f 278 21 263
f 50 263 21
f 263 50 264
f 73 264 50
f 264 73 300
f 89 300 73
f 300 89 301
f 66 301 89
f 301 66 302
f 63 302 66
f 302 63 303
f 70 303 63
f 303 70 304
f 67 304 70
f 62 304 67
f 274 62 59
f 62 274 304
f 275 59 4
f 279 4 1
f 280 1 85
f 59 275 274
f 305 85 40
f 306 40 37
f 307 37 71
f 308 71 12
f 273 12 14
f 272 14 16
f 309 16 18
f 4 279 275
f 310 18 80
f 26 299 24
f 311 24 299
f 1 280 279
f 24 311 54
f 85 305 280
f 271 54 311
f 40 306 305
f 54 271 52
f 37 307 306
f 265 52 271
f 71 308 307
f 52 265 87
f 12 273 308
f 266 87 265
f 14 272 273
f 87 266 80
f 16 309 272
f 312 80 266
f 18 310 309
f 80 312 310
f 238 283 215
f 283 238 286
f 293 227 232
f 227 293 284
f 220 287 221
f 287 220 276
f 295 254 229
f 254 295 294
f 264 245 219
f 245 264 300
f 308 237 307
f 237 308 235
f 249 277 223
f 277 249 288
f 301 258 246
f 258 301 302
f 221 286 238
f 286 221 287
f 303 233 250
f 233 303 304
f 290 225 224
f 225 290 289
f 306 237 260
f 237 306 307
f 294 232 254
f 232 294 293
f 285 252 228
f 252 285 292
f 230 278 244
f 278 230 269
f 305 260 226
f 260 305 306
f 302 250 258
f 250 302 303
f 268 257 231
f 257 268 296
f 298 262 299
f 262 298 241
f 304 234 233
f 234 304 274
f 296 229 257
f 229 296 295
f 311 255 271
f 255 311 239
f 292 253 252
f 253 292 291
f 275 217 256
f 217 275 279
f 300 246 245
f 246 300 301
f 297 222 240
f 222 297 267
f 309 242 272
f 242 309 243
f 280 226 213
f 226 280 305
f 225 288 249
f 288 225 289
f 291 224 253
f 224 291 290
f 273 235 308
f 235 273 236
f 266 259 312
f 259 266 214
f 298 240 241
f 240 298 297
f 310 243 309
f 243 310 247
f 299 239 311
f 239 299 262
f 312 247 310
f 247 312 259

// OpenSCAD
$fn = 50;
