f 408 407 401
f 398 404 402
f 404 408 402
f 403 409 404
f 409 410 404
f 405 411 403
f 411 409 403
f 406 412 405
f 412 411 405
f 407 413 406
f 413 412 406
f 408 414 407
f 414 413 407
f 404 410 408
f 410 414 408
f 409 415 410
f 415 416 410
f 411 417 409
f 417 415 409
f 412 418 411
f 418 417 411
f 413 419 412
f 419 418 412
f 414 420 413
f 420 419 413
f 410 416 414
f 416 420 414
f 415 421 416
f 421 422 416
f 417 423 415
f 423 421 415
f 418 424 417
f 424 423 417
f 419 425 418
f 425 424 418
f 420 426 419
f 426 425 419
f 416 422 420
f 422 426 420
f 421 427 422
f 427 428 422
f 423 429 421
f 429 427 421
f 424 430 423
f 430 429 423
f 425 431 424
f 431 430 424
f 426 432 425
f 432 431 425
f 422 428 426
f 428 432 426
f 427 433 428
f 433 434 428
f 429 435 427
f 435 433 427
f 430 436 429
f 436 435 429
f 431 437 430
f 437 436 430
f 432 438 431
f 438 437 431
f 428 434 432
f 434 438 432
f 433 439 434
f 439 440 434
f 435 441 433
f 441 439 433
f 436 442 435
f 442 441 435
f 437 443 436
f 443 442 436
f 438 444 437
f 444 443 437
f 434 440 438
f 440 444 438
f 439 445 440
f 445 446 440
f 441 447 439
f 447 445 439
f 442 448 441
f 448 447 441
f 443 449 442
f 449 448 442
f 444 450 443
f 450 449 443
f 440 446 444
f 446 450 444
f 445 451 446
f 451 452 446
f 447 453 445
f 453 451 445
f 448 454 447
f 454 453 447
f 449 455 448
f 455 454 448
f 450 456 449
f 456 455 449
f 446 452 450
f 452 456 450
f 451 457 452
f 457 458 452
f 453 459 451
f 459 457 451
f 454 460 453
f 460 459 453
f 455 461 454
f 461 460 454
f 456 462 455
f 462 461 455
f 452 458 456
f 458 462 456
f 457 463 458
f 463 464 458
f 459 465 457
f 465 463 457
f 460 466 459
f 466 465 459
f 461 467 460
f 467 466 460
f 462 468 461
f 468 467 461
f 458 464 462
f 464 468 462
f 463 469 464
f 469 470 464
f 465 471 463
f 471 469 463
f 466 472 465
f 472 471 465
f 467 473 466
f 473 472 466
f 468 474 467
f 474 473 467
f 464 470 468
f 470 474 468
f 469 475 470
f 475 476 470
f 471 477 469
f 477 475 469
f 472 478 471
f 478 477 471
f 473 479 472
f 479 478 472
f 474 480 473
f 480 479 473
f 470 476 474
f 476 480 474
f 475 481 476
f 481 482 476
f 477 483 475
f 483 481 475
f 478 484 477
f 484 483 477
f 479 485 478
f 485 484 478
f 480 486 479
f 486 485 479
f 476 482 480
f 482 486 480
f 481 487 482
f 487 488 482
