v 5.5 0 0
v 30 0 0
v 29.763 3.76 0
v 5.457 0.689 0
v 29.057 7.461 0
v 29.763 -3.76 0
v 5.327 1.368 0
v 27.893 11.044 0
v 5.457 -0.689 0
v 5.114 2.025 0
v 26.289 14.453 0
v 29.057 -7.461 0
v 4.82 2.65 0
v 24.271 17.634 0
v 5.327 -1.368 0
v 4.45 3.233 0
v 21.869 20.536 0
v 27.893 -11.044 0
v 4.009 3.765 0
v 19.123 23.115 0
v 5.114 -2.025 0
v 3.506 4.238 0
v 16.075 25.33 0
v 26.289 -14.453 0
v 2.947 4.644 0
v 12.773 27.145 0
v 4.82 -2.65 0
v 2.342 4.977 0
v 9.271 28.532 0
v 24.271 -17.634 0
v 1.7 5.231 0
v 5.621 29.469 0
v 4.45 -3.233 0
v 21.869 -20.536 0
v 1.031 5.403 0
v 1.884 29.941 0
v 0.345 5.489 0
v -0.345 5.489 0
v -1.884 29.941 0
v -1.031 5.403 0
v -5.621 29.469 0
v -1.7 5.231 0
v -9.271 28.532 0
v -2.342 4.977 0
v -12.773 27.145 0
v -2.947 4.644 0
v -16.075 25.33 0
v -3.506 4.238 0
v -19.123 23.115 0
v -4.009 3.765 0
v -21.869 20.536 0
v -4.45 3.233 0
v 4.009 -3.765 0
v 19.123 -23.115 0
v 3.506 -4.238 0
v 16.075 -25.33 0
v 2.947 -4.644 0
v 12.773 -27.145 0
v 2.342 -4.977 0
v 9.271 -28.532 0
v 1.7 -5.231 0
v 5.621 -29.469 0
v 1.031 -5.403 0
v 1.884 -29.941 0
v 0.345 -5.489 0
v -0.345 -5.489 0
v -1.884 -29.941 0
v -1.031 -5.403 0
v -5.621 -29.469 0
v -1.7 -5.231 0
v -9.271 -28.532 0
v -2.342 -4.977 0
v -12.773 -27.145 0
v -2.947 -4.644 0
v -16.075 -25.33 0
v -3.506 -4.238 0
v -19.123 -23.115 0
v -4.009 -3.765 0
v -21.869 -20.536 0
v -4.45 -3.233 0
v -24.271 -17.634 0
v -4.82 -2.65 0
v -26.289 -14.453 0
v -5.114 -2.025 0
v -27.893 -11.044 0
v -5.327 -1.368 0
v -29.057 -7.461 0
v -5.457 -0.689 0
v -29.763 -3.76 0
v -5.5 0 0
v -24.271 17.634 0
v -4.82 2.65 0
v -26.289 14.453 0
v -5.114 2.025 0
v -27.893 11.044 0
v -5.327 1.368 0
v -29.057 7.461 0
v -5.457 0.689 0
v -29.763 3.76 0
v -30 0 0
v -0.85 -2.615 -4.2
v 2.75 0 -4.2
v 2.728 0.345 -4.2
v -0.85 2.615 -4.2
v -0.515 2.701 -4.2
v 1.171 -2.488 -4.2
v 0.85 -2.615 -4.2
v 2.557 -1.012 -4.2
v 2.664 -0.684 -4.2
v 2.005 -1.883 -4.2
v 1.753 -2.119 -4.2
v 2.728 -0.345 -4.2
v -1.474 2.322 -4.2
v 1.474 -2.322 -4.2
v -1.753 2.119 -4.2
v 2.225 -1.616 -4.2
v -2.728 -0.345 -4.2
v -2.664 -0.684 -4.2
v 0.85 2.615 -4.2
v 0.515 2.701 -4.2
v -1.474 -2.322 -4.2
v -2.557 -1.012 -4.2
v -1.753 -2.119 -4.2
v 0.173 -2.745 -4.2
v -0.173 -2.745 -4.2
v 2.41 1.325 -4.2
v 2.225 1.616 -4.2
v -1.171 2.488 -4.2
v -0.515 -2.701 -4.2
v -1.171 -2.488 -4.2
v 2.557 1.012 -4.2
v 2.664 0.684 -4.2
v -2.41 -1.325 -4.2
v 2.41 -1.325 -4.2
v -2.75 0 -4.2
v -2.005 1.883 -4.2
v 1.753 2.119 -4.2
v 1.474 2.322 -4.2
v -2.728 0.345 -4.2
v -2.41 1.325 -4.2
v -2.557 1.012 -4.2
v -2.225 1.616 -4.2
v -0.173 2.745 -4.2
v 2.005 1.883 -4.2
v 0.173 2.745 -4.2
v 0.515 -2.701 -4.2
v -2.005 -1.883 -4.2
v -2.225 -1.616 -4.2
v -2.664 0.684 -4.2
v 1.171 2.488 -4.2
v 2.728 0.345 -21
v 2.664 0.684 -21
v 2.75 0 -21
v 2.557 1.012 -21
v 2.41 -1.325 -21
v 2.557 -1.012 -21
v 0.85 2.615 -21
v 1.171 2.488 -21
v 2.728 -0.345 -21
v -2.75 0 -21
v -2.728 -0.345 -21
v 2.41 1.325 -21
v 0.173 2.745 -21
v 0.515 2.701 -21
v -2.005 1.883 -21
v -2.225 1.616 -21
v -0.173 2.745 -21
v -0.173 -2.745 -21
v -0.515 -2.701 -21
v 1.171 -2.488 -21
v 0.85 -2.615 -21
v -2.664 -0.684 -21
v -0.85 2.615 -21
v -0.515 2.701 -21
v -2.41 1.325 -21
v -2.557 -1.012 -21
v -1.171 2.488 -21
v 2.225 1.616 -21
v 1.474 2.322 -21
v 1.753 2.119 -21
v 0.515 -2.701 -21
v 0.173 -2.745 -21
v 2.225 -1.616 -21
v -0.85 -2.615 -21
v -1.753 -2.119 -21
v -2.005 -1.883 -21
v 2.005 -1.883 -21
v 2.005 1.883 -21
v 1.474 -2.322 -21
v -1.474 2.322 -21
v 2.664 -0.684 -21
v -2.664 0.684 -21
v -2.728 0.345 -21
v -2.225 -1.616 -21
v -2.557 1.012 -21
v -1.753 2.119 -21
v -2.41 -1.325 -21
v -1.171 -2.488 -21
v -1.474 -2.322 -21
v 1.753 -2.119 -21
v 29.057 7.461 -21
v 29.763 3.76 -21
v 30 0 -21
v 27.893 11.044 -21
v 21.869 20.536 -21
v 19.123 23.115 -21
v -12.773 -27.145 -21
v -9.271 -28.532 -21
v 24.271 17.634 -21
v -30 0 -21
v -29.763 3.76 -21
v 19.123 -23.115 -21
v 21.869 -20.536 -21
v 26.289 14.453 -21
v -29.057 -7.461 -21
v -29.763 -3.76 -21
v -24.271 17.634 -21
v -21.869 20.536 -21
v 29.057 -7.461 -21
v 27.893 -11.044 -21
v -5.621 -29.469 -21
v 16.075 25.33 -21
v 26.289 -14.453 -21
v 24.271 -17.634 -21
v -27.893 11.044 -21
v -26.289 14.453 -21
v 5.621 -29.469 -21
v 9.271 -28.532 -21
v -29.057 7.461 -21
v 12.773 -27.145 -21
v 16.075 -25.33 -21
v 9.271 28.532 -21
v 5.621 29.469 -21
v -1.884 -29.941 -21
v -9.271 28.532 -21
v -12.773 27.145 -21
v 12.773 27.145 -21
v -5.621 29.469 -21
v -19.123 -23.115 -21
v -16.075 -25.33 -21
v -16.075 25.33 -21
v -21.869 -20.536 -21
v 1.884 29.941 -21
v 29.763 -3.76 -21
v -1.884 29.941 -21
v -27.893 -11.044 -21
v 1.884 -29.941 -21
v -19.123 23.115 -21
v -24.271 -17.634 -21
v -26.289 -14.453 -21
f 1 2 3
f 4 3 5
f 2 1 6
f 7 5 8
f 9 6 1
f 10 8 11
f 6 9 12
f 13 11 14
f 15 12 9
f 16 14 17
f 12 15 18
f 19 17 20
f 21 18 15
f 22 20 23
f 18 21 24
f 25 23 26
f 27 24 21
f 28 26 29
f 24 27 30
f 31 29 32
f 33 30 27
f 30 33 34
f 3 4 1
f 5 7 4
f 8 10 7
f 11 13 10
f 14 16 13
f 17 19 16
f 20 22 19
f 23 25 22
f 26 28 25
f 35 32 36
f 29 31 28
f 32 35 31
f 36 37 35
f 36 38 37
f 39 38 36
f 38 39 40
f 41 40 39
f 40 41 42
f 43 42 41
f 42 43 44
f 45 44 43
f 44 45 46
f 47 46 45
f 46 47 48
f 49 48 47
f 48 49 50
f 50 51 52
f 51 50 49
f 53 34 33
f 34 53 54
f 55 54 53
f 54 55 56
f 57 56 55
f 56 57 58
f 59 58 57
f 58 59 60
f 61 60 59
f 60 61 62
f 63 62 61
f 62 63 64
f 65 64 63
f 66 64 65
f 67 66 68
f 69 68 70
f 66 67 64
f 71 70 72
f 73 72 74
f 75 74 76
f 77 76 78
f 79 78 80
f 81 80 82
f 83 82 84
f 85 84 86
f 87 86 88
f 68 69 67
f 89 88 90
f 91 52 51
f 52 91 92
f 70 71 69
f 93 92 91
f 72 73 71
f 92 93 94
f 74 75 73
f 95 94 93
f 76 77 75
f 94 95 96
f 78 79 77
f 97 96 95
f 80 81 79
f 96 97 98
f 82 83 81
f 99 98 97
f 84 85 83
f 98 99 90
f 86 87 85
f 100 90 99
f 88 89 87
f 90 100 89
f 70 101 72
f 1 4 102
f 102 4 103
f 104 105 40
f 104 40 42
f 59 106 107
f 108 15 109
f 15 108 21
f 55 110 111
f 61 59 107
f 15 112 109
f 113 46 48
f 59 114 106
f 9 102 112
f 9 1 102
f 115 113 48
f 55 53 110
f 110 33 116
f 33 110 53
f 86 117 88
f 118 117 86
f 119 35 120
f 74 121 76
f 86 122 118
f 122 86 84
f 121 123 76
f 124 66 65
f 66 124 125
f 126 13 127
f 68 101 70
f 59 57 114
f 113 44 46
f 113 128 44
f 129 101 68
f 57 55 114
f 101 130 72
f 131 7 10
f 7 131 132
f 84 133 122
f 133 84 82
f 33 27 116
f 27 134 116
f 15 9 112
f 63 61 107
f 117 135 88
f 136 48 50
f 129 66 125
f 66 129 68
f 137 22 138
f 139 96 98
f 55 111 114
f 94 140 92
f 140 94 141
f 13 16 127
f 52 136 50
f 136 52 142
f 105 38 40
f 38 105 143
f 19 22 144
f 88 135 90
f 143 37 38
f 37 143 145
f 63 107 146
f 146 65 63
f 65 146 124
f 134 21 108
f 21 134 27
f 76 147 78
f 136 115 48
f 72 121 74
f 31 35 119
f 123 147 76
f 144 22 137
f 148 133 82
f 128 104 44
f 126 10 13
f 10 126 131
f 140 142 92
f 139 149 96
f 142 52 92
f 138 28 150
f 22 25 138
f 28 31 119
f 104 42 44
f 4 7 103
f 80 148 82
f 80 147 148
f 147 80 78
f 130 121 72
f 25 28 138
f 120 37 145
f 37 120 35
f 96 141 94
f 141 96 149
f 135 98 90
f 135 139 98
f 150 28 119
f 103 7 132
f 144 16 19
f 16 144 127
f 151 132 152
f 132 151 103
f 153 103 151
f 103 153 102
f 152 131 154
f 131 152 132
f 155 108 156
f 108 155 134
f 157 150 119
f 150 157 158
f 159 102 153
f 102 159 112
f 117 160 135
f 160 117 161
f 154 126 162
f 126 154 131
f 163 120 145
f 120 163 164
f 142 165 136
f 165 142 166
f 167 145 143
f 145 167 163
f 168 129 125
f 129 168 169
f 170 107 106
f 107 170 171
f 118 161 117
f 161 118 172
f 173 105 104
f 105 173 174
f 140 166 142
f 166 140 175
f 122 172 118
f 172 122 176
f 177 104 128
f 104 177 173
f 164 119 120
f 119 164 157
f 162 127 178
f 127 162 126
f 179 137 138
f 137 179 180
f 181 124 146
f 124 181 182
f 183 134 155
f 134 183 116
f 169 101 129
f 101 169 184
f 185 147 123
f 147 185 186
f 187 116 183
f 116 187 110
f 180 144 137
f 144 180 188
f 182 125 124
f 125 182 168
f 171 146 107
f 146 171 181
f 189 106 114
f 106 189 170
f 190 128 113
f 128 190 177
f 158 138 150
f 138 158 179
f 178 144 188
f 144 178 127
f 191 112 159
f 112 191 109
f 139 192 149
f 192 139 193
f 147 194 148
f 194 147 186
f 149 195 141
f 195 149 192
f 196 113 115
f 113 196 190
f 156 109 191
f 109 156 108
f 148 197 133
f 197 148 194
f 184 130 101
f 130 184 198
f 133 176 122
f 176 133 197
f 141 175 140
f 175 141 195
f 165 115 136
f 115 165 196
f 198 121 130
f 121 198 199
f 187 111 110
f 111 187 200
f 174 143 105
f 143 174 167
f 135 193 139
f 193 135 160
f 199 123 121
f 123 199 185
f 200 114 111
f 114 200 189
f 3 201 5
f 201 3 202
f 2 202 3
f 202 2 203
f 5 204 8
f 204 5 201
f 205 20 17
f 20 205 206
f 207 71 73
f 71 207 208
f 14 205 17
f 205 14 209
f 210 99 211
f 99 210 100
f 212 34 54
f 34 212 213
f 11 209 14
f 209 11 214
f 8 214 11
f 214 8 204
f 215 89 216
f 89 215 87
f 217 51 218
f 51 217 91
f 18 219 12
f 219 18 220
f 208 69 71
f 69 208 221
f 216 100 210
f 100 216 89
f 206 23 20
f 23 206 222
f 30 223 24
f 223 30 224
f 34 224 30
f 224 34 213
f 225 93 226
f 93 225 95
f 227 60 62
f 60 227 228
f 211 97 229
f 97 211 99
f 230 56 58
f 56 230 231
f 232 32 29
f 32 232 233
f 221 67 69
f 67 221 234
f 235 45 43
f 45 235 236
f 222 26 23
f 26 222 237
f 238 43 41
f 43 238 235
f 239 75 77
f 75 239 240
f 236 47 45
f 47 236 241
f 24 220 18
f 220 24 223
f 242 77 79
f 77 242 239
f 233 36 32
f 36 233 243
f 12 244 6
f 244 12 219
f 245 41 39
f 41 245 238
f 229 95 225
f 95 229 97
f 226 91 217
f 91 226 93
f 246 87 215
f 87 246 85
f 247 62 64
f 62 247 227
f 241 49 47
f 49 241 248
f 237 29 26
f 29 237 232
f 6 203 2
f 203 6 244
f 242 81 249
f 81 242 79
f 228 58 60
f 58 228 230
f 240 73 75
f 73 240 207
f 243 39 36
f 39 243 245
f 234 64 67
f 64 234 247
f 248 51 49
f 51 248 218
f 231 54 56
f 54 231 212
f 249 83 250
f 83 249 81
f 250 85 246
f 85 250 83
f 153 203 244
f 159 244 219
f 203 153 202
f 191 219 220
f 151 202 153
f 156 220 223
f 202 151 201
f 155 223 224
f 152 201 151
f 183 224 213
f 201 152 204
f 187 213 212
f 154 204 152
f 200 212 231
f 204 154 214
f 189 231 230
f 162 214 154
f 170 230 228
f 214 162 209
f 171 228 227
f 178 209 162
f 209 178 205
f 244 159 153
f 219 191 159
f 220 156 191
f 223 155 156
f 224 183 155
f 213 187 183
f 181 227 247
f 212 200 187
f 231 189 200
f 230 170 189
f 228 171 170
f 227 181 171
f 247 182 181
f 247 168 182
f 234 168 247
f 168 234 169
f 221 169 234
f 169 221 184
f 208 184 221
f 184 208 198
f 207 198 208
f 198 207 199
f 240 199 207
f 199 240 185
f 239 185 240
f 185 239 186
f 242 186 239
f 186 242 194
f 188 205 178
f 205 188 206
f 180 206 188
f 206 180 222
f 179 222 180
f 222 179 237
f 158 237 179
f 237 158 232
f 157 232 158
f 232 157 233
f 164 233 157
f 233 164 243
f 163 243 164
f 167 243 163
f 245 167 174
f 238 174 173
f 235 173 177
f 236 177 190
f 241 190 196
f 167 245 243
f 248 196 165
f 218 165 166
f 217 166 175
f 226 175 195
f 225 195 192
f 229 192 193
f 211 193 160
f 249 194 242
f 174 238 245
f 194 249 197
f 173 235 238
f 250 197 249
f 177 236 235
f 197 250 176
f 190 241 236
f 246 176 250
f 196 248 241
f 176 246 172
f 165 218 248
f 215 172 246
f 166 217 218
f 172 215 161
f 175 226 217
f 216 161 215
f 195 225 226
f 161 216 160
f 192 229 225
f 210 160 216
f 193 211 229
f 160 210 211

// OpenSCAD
$fn = 50;

difference() {
	union() {
		translate(v = [0, 0, -21.0]) {
			cylinder(h = 21, r = 30.0);
		}
	}
	union() {
		translate(v = [0, 0, 0]) {
			rotate(a = [0, 0, 0]) {
				difference() {
					union() {
						translate(v = [0, 0, -24.0]) {
							cylinder(h = 24, r = 2.25);
						}
						translate(v = [0, 0, -4.2]) {
							cylinder(h = 4.2, r1 = 2.75, r2 = 5.5);
						}
						translate(v = [0, 0, -24.0]) {
							cylinder(h = 24, r = 2.75);
						}
						translate(v = [0, 0, -24.0]) {
							cylinder(h = 24, r = 2.25);
						}
					}
					union();
				}
			}
		}
	}
}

### WHAT YOU HAVE TO DO
Write out the material above exactly, please, from its first line up to and including the line where "f 257 268 296" appears, and stop there.

### ANSWER FOR THIS EXERCISE
f 278 21 263
f 50 263 21
f 263 50 264
f 73 264 50
f 264 73 300
f 89 300 73
f 300 89 301
f 66 301 89
f 301 66 302
f 63 302 66
f 302 63 303
f 70 303 63
f 303 70 304
f 67 304 70
f 62 304 67
f 274 62 59
f 62 274 304
f 275 59 4
f 279 4 1
f 280 1 85
f 59 275 274
f 305 85 40
f 306 40 37
f 307 37 71
f 308 71 12
f 273 12 14
f 272 14 16
f 309 16 18
f 4 279 275
f 310 18 80
f 26 299 24
f 311 24 299
f 1 280 279
f 24 311 54
f 85 305 280
f 271 54 311
f 40 306 305
f 54 271 52
f 37 307 306
f 265 52 271
f 71 308 307
f 52 265 87
f 12 273 308
f 266 87 265
f 14 272 273
f 87 266 80
f 16 309 272
f 312 80 266
f 18 310 309
f 80 312 310
f 238 283 215
f 283 238 286
f 293 227 232
f 227 293 284
f 220 287 221
f 287 220 276
f 295 254 229
f 254 295 294
f 264 245 219
f 245 264 300
f 308 237 307
f 237 308 235
f 249 277 223
f 277 249 288
f 301 258 246
f 258 301 302
f 221 286 238
f 286 221 287
f 303 233 250
f 233 303 304
f 290 225 224
f 225 290 289
f 306 237 260
f 237 306 307
f 294 232 254
f 232 294 293
f 285 252 228
f 252 285 292
f 230 278 244
f 278 230 269
f 305 260 226
f 260 305 306
f 302 250 258
f 250 302 303
f 268 257 231
f 257 268 296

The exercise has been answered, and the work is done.